Proverbs 11:24 says, “One person gives freely, yet gains even more; another withholds unduly, but comes to poverty.” Cause and effect, siblings; cause and effect. It really isn't complicated. The husband provides the care...or neglect. The wife, in turn, responds to what is or is not given.

The condition of a martial relationship goes back to the basics. At a wedding the question is asked, “Who gives this woman to be married to this man?” Who is given and who is receiving? The one who receives is ultimately saying, “I take responsibility for her from now on.” What does it mean to be responsible? It means “the trait of being answerable to someone for something, worthy of or requiring responsibility or trust.”

I have sat with sister after sister whose husband never took responsibility for the condition of her heart, whose husband allowed the weed seeds to root and grow in his life-field and thus in hers, or whose husband knowingly sowed unrighteous, wicked seed, and yet too often was quick to point out what she did or didn't do. Tragic... utterly tragic... are the degrees of brokenness I have seen because responsibility was forsaken and hollow excuses offered; the “dying roses” as I call them.

I see the gray in my sisters' eyes. I hear the brokenness in their voices. I feel the pain in their hearts. If you do not take anything else away, brothers, take this with you:

Women are the responders to care... and to neglect.

Husbands, please don't feed everything else in your life and then wonder why your wife-plant doesn't yield the desired fruit, wilts, and dies. Don't blame her for her own death when she was entrusted to you.

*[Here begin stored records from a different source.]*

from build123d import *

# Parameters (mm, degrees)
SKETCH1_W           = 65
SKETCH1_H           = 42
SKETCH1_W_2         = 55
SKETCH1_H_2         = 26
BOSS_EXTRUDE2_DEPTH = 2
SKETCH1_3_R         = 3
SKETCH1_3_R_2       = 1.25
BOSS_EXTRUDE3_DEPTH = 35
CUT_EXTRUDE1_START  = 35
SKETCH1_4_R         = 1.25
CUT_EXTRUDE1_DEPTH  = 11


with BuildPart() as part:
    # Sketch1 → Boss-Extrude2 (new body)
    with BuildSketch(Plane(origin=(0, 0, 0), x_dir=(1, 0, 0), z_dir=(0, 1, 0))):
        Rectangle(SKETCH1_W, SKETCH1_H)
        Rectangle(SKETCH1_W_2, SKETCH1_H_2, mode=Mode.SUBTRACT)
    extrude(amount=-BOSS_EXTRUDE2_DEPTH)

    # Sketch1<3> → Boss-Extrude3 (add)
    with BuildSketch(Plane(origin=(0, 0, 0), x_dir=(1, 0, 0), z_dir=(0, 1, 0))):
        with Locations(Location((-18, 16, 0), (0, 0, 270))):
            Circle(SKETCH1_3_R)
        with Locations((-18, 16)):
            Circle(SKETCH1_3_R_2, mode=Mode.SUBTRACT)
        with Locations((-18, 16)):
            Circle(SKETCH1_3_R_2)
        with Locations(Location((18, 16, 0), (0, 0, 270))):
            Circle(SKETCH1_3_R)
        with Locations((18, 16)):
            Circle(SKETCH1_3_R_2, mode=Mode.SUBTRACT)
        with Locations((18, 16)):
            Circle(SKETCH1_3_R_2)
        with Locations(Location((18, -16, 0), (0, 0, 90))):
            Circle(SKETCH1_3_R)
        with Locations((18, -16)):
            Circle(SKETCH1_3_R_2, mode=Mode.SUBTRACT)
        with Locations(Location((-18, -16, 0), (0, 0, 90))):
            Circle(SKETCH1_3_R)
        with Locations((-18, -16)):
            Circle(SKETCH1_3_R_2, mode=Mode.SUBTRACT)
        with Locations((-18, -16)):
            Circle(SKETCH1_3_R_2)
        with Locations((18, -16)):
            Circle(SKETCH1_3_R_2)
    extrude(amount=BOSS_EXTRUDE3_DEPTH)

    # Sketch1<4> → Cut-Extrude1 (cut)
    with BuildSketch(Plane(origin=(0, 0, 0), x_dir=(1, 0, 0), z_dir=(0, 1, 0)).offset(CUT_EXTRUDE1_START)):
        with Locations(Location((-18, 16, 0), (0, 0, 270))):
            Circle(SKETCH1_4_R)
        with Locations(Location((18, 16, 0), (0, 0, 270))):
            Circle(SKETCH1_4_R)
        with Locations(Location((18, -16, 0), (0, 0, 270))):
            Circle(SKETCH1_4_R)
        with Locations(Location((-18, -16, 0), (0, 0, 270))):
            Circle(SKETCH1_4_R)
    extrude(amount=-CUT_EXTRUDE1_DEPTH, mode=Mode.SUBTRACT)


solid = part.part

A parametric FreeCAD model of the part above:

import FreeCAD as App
import Part
import Sketcher
Q = App.Units.Quantity

doc = App.newDocument("Part")
body = doc.addObject("PartDesign::Body", "Body")

# Sketch on XZ plane
sketch1 = body.newObject("Sketcher::SketchObject", "Sketch")
sketch1.AttachmentSupport = (doc.getObject("XZ_Plane"), [""])
sketch1.MapMode = "FlatFace"
sketch1.addGeometry(Part.LineSegment(App.Vector(-32.5, -21, 0), App.Vector(-32.5, 21, 0)), False)
sketch1.addGeometry(Part.LineSegment(App.Vector(-32.5, 21, 0), App.Vector(32.5, 21, 0)), False)
sketch1.addGeometry(Part.LineSegment(App.Vector(32.5, 21, 0), App.Vector(32.5, -21, 0)), False)
sketch1.addGeometry(Part.LineSegment(App.Vector(32.5, -21, 0), App.Vector(-32.5, -21, 0)), False)
sketch1.addGeometry(Part.LineSegment(App.Vector(27.5, 13, 0), App.Vector(-27.5, 13, 0)), False)
sketch1.addGeometry(Part.LineSegment(App.Vector(-27.5, 13, 0), App.Vector(-27.5, -13, 0)), False)
sketch1.addGeometry(Part.LineSegment(App.Vector(-27.5, -13, 0), App.Vector(27.5, -13, 0)), False)
sketch1.addGeometry(Part.LineSegment(App.Vector(27.5, -13, 0), App.Vector(27.5, 13, 0)), False)
sketch1.addConstraint(Sketcher.Constraint("Coincident", 0, 2, 1, 1))
sketch1.addConstraint(Sketcher.Constraint("Coincident", 1, 2, 2, 1))
sketch1.addConstraint(Sketcher.Constraint("Coincident", 2, 2, 3, 1))
sketch1.addConstraint(Sketcher.Constraint("Coincident", 3, 2, 0, 1))
sketch1.addConstraint(Sketcher.Constraint("Coincident", 4, 2, 5, 1))
sketch1.addConstraint(Sketcher.Constraint("Coincident", 5, 2, 6, 1))
sketch1.addConstraint(Sketcher.Constraint("Coincident", 6, 2, 7, 1))
sketch1.addConstraint(Sketcher.Constraint("Coincident", 7, 2, 4, 1))
sketch1.addConstraint(Sketcher.Constraint("Vertical", 0))
sketch1.addConstraint(Sketcher.Constraint("Horizontal", 1))
sketch1.addConstraint(Sketcher.Constraint("Vertical", 2))
sketch1.addConstraint(Sketcher.Constraint("Horizontal", 3))
sketch1.addConstraint(Sketcher.Constraint("Horizontal", 4))
sketch1.addConstraint(Sketcher.Constraint("Vertical", 5))
sketch1.addConstraint(Sketcher.Constraint("Horizontal", 6))
sketch1.addConstraint(Sketcher.Constraint("Vertical", 7))
sketch1.addConstraint(Sketcher.Constraint("Symmetric", 0, 2, 2, 2, -1, 1))
sketch1.addConstraint(Sketcher.Constraint("Symmetric", 4, 2, 6, 2, -1, 1))
sketch1.addConstraint(Sketcher.Constraint("DistanceX", 1, 1, 1, 2, Q("65 mm")))
sketch1.addConstraint(Sketcher.Constraint("DistanceX", 4, 2, 4, 1, Q("55 mm")))
sketch1.addConstraint(Sketcher.Constraint("DistanceY", 0, 1, 0, 2, Q("42 mm")))
sketch1.addConstraint(Sketcher.Constraint("DistanceY", 5, 2, 5, 1, Q("26 mm")))
pad1 = body.newObject("PartDesign::Pad", "Pad")
pad1.Profile = sketch1
pad1.Length = 2

# Sketch on XZ plane
sketch2 = body.newObject("Sketcher::SketchObject", "Sketch001")
sketch2.AttachmentSupport = (doc.getObject("XZ_Plane"), [""])
sketch2.MapMode = "FlatFace"
sketch2.addGeometry(Part.Circle(App.Vector(-18, -16, 0), App.Vector(0, 0, 1), 3), False)
sketch2.addGeometry(Part.Circle(App.Vector(18, -16, 0), App.Vector(0, 0, 1), 3), False)
sketch2.addGeometry(Part.Circle(App.Vector(18, 16, 0), App.Vector(0, 0, 1), 3), False)
sketch2.addGeometry(Part.Circle(App.Vector(-18, 16, 0), App.Vector(0, 0, 1), 3), False)
sketch2.addConstraint(Sketcher.Constraint("Equal", 0, 1))
sketch2.addConstraint(Sketcher.Constraint("Equal", 1, 2))
sketch2.addConstraint(Sketcher.Constraint("Equal", 2, 3))
sketch2.addConstraint(Sketcher.Constraint("Symmetric", 0, 3, 2, 3, -1, 1))
sketch2.addConstraint(Sketcher.Constraint("Symmetric", 1, 3, 3, 3, -1, 1))
sketch2.addConstraint(Sketcher.Constraint("Symmetric", 0, 3, 1, 3, -2))
sketch2.addConstraint(Sketcher.Constraint("Diameter", 0, Q("6 mm")))
sketch2.addConstraint(Sketcher.Constraint("DistanceX", 0, 3, -1, 1, Q("18 mm")))
sketch2.addConstraint(Sketcher.Constraint("DistanceY", 0, 3, -1, 1, Q("16 mm")))
pad2 = body.newObject("PartDesign::Pad", "Pad001")
pad2.Profile = sketch2
pad2.Length = 35
pad2.Reversed = True

# Sketch on XZ plane
sketch3 = body.newObject("Sketcher::SketchObject", "Sketch002")
sketch3.AttachmentSupport = (doc.getObject("XZ_Plane"), [""])
sketch3.MapMode = "FlatFace"
sketch3.AttachmentOffset = App.Placement(App.Vector(0, 0, -35), App.Rotation())
sketch3.addGeometry(Part.Circle(App.Vector(-18, -16, 0), App.Vector(0, 0, 1), 1.25), False)
sketch3.addGeometry(Part.Circle(App.Vector(18, -16, 0), App.Vector(0, 0, 1), 1.25), False)
sketch3.addGeometry(Part.Circle(App.Vector(18, 16, 0), App.Vector(0, 0, 1), 1.25), False)
sketch3.addGeometry(Part.Circle(App.Vector(-18, 16, 0), App.Vector(0, 0, 1), 1.25), False)
sketch3.addConstraint(Sketcher.Constraint("Equal", 0, 1))
sketch3.addConstraint(Sketcher.Constraint("Equal", 1, 2))
sketch3.addConstraint(Sketcher.Constraint("Equal", 2, 3))
sketch3.addConstraint(Sketcher.Constraint("Symmetric", 0, 3, 2, 3, -1, 1))
sketch3.addConstraint(Sketcher.Constraint("Symmetric", 1, 3, 3, 3, -1, 1))
sketch3.addConstraint(Sketcher.Constraint("Symmetric", 0, 3, 1, 3, -2))
sketch3.addConstraint(Sketcher.Constraint("Diameter", 0, Q("2.5 mm")))
sketch3.addConstraint(Sketcher.Constraint("DistanceX", 0, 3, -1, 1, Q("18 mm")))
sketch3.addConstraint(Sketcher.Constraint("DistanceY", 0, 3, -1, 1, Q("16 mm")))
pocket1 = body.newObject("PartDesign::Pocket", "Pocket")
pocket1.Profile = sketch3
pocket1.Length = 11
pocket1.Reversed = True

doc.recompute()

If death has not yet come, count yourself fortunate, weed your life-field of unrighteous distractions and toxic weeds you have permitted to overtake both it and thus her, and then steadfastly begin to feed her. With God's help, prayerfully, she will regain strength and find new life with you.

Be a man that “gives freely, and gains more.” (Proverbs 11:24)

I tell you most sincerely your wife was created to bloom on your watch. The question remains: Will you give her what she requires to thrive as God desires, or will she be denied and counted among the dying roses?

“To him who sows righteousness will be a sure reward.”